Computational Paralinguistics involves analyzing the expressions of users to obtain information about individual characteristics and different mental states. To date, most research on paralinguistic information has targeted primarily adult speech and, to a lesser extent, child speech, even though children are potential beneficiaries of computers with speech-based interfaces (e.g., for educational applications and entertainment purposes). Current children’s speech corpora have been designed primarily for tasks not related to paralinguistic analysis, such as speech recognition or the study of acoustic properties. Few of these corpora contain genuine interactions that comprise annotations of paralinguistic phenomena. Therefore, to create new emotional models that help develop more advanced speech-based interactive systems or models designed for children, new corpora of child-computer interactions that complement the existing corpora are needed.

To contribute to the analysis of paralinguistic information in children’s speech we created the IESC-Child. This corpus consists of 2,093 minutes of audio recordings (34.88 hours) divided into 19,283 speech segments of the interactions of 174 children (both sexes) between the ages of 6 and 11 years who are speaking in Mexican Spanish. The recordings were manually segmented and transcribed by seven human annotators. The native language of each annotator was Spanish. IESC-Child contains two types of paralinguistic information labels: emotions (anger, disgust, fear, happiness, sadness, and surprise) and attitudes (confident, uncertain, apathetic and enthusiastic). For the sake of simplicity, we obtained the final classes for the two labeling categories by plurality vote across all the annotators.

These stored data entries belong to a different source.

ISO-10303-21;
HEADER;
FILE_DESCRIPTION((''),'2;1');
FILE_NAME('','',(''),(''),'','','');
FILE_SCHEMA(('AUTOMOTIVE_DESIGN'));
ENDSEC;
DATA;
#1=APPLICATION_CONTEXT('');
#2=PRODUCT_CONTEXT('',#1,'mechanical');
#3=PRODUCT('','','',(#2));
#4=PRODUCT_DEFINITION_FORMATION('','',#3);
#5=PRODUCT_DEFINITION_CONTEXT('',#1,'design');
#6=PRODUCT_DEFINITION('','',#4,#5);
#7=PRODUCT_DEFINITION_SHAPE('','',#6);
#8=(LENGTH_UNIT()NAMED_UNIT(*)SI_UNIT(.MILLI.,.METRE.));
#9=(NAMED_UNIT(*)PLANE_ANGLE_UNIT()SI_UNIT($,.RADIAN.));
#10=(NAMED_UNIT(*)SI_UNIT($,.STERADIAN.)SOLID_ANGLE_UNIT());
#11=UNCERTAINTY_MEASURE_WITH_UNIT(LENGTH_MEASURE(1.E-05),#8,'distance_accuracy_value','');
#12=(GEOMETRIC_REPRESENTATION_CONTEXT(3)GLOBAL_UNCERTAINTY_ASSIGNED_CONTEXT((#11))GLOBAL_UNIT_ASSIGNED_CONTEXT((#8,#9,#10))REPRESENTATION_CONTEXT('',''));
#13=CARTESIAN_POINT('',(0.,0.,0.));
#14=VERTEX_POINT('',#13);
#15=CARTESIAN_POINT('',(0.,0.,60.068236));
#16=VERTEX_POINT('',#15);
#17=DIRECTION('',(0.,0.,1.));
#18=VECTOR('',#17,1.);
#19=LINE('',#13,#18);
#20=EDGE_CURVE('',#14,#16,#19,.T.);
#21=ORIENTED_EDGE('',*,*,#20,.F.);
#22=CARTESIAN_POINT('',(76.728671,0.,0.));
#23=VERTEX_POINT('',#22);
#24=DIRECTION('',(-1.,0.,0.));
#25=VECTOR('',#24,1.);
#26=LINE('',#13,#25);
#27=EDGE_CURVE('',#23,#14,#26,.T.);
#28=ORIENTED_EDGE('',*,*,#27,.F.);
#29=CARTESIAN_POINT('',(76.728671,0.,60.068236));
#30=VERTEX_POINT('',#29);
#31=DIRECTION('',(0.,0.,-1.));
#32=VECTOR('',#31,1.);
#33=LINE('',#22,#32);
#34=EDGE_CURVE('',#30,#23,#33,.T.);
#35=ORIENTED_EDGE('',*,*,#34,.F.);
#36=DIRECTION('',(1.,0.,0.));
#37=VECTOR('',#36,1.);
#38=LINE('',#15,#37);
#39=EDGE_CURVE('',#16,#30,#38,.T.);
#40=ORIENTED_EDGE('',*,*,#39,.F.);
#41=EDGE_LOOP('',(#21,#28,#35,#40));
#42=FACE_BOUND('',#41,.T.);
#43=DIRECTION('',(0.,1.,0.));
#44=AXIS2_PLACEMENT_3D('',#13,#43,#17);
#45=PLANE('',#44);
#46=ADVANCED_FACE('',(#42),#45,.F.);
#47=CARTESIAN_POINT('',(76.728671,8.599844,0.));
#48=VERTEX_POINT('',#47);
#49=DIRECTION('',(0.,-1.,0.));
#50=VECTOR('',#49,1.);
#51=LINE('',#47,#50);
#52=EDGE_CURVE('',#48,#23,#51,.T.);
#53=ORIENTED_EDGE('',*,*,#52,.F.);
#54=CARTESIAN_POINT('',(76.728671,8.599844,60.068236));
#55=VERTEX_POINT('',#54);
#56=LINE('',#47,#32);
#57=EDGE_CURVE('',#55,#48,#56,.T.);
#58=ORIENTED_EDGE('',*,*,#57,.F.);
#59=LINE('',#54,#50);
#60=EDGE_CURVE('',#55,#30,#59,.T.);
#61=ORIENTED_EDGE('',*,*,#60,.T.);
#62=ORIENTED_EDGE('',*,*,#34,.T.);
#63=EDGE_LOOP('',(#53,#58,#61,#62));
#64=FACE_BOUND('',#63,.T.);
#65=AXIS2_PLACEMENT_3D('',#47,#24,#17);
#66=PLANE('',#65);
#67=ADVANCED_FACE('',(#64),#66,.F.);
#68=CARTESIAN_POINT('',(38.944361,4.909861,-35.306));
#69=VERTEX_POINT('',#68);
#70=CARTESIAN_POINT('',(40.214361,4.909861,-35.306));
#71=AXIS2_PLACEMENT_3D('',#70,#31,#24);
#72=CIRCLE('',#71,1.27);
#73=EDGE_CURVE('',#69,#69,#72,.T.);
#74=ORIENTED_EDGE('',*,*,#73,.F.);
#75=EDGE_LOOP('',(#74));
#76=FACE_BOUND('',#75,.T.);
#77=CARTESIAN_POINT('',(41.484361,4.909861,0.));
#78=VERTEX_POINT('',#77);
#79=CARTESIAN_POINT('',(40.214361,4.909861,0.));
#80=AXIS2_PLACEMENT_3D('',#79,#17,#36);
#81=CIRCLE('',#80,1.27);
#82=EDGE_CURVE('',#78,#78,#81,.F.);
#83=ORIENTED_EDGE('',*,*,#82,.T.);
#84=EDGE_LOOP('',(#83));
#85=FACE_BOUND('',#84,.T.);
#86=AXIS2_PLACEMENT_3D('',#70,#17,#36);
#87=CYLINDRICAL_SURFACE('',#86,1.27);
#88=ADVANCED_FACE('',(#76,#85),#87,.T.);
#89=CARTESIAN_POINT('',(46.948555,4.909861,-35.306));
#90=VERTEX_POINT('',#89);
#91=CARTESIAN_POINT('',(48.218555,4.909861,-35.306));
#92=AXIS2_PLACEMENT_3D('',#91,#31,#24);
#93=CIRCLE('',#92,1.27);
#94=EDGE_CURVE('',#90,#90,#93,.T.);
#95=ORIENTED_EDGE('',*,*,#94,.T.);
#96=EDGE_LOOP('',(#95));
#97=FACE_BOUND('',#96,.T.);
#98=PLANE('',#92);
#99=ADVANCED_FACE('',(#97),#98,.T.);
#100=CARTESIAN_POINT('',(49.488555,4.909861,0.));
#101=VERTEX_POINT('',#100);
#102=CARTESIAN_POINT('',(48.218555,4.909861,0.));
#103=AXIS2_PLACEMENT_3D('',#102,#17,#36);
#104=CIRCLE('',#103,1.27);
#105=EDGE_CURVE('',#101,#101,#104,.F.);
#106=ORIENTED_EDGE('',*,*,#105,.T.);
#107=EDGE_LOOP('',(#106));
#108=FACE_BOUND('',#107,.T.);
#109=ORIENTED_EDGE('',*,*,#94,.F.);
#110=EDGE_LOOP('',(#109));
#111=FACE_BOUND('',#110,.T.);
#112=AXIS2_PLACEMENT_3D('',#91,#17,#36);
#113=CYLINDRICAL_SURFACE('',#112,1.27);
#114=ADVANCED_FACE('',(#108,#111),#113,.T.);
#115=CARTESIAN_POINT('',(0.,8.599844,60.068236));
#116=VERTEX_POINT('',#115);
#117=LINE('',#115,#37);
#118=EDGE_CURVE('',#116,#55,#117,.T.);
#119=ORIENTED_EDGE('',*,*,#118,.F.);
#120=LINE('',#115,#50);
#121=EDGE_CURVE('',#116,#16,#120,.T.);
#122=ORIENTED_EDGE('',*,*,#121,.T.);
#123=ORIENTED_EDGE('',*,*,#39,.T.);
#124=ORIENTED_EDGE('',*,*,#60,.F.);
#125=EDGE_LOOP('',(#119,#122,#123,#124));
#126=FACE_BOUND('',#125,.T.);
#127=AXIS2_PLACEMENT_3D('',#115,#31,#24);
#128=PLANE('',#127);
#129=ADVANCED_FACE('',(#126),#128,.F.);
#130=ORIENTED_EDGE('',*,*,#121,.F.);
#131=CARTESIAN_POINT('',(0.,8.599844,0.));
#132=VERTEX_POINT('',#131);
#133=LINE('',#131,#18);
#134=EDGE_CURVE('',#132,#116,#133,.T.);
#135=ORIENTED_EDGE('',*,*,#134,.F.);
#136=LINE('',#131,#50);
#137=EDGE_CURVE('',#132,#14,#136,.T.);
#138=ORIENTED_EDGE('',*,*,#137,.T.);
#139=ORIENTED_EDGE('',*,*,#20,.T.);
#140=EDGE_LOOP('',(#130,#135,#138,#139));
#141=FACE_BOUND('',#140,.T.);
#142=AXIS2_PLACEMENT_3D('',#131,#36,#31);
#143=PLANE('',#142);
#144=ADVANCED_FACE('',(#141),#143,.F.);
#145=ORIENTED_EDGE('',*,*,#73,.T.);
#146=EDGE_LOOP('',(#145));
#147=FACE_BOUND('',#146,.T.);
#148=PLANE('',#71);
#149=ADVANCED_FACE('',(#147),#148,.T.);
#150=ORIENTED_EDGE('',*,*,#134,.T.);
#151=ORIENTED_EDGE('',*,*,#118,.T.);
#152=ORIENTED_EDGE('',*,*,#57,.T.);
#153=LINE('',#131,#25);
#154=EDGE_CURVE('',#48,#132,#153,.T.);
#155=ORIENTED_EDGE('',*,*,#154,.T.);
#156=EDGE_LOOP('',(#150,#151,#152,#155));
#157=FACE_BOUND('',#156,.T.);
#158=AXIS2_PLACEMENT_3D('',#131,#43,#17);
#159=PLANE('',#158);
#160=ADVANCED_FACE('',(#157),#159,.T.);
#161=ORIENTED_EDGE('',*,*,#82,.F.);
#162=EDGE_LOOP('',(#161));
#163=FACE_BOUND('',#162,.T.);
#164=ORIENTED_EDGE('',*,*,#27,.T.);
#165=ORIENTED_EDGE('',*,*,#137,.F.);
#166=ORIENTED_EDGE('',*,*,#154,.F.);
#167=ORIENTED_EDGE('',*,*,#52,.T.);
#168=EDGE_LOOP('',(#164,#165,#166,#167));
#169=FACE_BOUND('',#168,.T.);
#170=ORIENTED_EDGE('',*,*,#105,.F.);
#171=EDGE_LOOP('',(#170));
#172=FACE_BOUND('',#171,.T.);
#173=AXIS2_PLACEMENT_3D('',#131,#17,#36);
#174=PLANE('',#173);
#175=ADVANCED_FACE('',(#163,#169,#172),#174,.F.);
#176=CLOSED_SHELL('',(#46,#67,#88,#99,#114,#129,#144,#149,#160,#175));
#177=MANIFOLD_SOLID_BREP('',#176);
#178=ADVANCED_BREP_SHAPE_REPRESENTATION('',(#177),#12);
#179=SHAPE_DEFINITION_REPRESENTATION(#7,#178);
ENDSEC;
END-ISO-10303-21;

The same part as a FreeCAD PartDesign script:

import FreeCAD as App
import Part
import Sketcher
Q = App.Units.Quantity


def add_polygon(sketch, points):
    """Adds a closed chain of lines whose ends are joined by coincident constraints."""
    first, n = sketch.GeometryCount, len(points)
    for a, b in zip(points, points[1:] + points[:1]):
        sketch.addGeometry(Part.LineSegment(App.Vector(*a, 0), App.Vector(*b, 0)), False)
    for i in range(n):
        sketch.addConstraint(Sketcher.Constraint("Coincident", first + i, 2, first + (i + 1) % n, 1))

doc = App.newDocument("Part")
body = doc.addObject("PartDesign::Body", "Body")

sketch1 = body.newObject("Sketcher::SketchObject", "Sketch")
sketch1.AttachmentSupport = (doc.getObject("XZ_Plane"), [""])
sketch1.MapMode = "FlatFace"
add_polygon(sketch1, [(0, 0), (0, 60.068236), (76.728671, 60.068236), (76.728671, 0)])
sketch1.addConstraint([
    Sketcher.Constraint("Vertical", 0),
    Sketcher.Constraint("Horizontal", 1),
    Sketcher.Constraint("Vertical", 2),
    Sketcher.Constraint("Horizontal", 3),
    Sketcher.Constraint("Coincident", 3, 2, -1, 1),
    Sketcher.Constraint("DistanceX", 1, 1, 1, 2, Q("76.728671 mm")),
    Sketcher.Constraint("DistanceY", 0, 1, 0, 2, Q("60.068236 mm")),
])
pad1 = body.newObject("PartDesign::Pad", "Pad")
pad1.Profile = sketch1
pad1.Length = 8.599844
pad1.Reversed = True

sketch2 = body.newObject("Sketcher::SketchObject", "Sketch001")
sketch2.AttachmentSupport = (doc.getObject("XY_Plane"), [""])
sketch2.MapMode = "FlatFace"
sketch2.addGeometry([
    Part.Circle(App.Vector(48.218555, 4.909861, 0), App.Vector(0, 0, 1), 1.27),
    Part.Circle(App.Vector(40.214361, 4.909861, 0), App.Vector(0, 0, 1), 1.27),
], False)
sketch2.addConstraint([
    Sketcher.Constraint("Equal", 0, 1),
    Sketcher.Constraint("Horizontal", 0, 3, 1, 3),
    Sketcher.Constraint("Diameter", 0, Q("0.1 in")),
    Sketcher.Constraint("DistanceY", -1, 1, 0, 3, Q("4.909861 mm")),
    Sketcher.Constraint("DistanceX", -1, 1, 1, 3, Q("40.214361 mm")),
    Sketcher.Constraint("DistanceX", -1, 1, 0, 3, Q("48.218555 mm")),
])
pad2 = body.newObject("PartDesign::Pad", "Pad001")
pad2.Profile = sketch2
pad2.Length = Q("1.39 in")
pad2.Reversed = True

doc.recompute()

To produce different affective reactions in the participants, we used a Wizard of Oz (WoZ) scenario where children participated in interactive sessions with two Lego Mindstorms behaving either collaboratively or noncollaboratively. This corpus can facilitate the study of affective reactions in speech communication during child-computer interaction in Spanish and the creation of models for the recognition of acoustic paralinguistic information. The Interactive Emotional Children’s Speech Corpus (IESC-Child) can be a valuable resource for researchers given that offers some advantages over currently available databases such as its size, naturalness, and the type of information annotated. IESC-Child is publicly available for further analysis of the collected data and further research.